• _THE TASK_:
Copy out again, unchanged, the listing below from the line that has "f 861 863 1046" through the line that has "f 1052 1032 1053".

── ENTRIES SUPPLIED

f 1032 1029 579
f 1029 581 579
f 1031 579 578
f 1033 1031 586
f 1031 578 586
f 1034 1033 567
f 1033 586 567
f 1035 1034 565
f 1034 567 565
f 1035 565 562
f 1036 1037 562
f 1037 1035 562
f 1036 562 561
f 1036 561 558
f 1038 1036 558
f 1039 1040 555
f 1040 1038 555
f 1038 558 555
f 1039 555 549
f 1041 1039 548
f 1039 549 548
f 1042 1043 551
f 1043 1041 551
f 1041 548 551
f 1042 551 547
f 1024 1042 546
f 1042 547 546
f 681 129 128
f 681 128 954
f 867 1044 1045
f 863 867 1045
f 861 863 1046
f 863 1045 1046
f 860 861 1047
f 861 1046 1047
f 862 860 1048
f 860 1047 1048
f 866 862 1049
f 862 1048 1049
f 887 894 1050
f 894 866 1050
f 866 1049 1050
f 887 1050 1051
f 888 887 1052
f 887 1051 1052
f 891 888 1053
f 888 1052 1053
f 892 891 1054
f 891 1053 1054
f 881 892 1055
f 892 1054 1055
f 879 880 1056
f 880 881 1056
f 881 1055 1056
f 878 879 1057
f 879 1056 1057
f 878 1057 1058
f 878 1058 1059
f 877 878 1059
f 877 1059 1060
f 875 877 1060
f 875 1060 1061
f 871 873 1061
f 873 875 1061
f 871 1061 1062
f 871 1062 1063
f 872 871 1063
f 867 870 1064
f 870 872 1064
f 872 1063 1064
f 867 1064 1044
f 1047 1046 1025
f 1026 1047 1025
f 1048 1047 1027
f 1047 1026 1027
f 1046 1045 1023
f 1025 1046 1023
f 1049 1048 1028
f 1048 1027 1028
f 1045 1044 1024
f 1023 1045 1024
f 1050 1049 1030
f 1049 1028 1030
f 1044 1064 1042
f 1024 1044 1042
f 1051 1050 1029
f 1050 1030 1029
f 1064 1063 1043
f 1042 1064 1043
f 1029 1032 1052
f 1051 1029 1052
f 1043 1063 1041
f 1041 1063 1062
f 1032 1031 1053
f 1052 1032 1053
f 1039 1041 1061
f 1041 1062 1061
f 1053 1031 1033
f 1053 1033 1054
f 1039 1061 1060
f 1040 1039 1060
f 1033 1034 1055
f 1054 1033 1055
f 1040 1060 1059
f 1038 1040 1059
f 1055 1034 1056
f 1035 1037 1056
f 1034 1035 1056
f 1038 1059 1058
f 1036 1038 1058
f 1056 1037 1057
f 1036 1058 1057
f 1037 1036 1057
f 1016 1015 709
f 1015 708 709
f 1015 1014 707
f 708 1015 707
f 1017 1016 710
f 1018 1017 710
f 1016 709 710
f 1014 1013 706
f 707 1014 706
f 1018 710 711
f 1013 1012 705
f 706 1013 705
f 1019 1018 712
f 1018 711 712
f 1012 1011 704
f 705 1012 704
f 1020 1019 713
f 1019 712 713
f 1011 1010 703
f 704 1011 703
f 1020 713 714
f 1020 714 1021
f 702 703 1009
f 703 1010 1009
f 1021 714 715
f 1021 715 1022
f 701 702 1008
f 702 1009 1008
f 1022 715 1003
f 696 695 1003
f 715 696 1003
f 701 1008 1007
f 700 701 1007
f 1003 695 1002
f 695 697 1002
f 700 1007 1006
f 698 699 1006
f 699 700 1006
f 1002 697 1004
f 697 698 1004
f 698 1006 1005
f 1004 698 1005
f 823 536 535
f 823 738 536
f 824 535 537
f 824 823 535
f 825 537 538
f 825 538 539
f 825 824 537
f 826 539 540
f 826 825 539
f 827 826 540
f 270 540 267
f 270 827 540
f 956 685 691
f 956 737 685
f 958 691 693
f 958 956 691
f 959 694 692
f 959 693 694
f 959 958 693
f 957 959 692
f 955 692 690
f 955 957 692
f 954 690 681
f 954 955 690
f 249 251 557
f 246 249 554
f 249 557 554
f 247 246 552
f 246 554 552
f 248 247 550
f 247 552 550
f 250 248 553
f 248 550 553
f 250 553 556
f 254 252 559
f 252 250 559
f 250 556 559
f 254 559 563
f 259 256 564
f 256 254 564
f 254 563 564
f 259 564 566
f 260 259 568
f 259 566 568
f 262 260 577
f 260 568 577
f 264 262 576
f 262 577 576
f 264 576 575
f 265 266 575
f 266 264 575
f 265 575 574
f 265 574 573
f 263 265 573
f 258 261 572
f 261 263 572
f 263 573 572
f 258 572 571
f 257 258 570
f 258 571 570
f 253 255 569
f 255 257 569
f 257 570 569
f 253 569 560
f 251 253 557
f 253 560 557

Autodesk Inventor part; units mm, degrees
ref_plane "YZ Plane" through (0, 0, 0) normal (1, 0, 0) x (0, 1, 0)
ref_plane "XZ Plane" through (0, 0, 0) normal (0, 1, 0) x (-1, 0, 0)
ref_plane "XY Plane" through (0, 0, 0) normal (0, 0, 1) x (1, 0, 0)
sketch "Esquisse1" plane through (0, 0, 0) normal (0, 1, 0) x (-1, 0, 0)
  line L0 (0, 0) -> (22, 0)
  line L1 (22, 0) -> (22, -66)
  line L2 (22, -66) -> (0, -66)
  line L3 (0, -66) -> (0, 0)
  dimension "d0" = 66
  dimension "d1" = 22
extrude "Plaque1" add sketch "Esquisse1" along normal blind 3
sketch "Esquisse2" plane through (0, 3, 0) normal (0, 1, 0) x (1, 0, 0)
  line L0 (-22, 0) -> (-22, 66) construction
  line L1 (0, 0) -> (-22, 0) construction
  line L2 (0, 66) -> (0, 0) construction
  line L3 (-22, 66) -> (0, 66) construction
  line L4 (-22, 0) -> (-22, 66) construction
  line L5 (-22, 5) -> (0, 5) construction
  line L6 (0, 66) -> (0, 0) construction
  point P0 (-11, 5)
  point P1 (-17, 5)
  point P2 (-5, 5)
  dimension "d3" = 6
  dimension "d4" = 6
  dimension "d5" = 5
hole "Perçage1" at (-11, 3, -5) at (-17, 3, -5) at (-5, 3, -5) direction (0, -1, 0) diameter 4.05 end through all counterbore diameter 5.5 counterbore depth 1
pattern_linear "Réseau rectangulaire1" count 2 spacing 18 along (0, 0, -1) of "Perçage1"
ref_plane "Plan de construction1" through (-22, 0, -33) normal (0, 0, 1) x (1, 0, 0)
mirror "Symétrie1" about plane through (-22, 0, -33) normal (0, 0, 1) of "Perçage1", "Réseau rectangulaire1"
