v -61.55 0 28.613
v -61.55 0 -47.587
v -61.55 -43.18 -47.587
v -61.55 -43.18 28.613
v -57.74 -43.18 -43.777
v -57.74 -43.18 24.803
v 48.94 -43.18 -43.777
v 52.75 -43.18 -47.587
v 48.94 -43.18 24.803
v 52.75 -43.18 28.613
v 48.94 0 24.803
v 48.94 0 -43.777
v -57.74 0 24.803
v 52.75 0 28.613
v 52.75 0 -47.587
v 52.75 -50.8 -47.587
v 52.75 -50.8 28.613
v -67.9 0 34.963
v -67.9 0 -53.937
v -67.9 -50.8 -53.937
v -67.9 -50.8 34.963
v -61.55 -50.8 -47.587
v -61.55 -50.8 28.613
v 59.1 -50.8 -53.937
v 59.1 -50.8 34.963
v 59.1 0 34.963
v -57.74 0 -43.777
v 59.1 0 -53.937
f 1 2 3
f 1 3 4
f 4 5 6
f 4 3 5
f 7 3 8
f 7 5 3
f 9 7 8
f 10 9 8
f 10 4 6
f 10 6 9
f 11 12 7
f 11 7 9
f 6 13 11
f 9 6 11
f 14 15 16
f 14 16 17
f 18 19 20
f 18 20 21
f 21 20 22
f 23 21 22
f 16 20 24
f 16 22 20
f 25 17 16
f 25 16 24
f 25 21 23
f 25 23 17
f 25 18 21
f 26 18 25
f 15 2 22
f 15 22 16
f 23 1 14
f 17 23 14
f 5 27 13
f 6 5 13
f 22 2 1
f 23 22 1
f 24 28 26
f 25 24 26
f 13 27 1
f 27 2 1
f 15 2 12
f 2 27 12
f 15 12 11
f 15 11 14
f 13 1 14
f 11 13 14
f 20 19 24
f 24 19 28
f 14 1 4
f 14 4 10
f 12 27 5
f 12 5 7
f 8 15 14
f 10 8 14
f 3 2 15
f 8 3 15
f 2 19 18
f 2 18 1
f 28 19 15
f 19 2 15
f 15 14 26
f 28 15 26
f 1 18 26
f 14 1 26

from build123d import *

# Parameters (mm, degrees)
F0_W     = 114.3
F0_H     = 76.2
F0_W_2   = 106.68
F0_H_2   = 68.58
F1_DEPTH = 43.18
F0_W_3   = 127
F0_H_3   = 88.9
F2_DEPTH = 50.8


with BuildPart() as f1:
    # F0 (on Front) → F1 (new body)
    with BuildSketch(Plane.XZ):
        with Locations((-4.400184, -9.486784)):
            Rectangle(F0_W, F0_H)
        with Locations((-4.400184, -9.486784)):
            Rectangle(F0_W_2, F0_H_2, mode=Mode.SUBTRACT)
    extrude(amount=F1_DEPTH)


with BuildPart() as f2:
    # F0 (on Front) → F2 (new body)
    with BuildSketch(Plane.XZ):
        with Locations((-4.400184, -9.486784)):
            Rectangle(F0_W_3, F0_H_3)
        with Locations((-4.400184, -9.486784)):
            Rectangle(F0_W, F0_H, mode=Mode.SUBTRACT)
    extrude(amount=F2_DEPTH)


solid = Compound([f1.part, f2.part])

────

• _WORKED SOLUTION_:
f 861 863 1046
f 863 1045 1046
f 860 861 1047
f 861 1046 1047
f 862 860 1048
f 860 1047 1048
f 866 862 1049
f 862 1048 1049
f 887 894 1050
f 894 866 1050
f 866 1049 1050
f 887 1050 1051
f 888 887 1052
f 887 1051 1052
f 891 888 1053
f 888 1052 1053
f 892 891 1054
f 891 1053 1054
f 881 892 1055
f 892 1054 1055
f 879 880 1056
f 880 881 1056
f 881 1055 1056
f 878 879 1057
f 879 1056 1057
f 878 1057 1058
f 878 1058 1059
f 877 878 1059
f 877 1059 1060
f 875 877 1060
f 875 1060 1061
f 871 873 1061
f 873 875 1061
f 871 1061 1062
f 871 1062 1063
f 872 871 1063
f 867 870 1064
f 870 872 1064
f 872 1063 1064
f 867 1064 1044
f 1047 1046 1025
f 1026 1047 1025
f 1048 1047 1027
f 1047 1026 1027
f 1046 1045 1023
f 1025 1046 1023
f 1049 1048 1028
f 1048 1027 1028
f 1045 1044 1024
f 1023 1045 1024
f 1050 1049 1030
f 1049 1028 1030
f 1044 1064 1042
f 1024 1044 1042
f 1051 1050 1029
f 1050 1030 1029
f 1064 1063 1043
f 1042 1064 1043
f 1029 1032 1052
f 1051 1029 1052
f 1043 1063 1041
f 1041 1063 1062
f 1032 1031 1053
f 1052 1032 1053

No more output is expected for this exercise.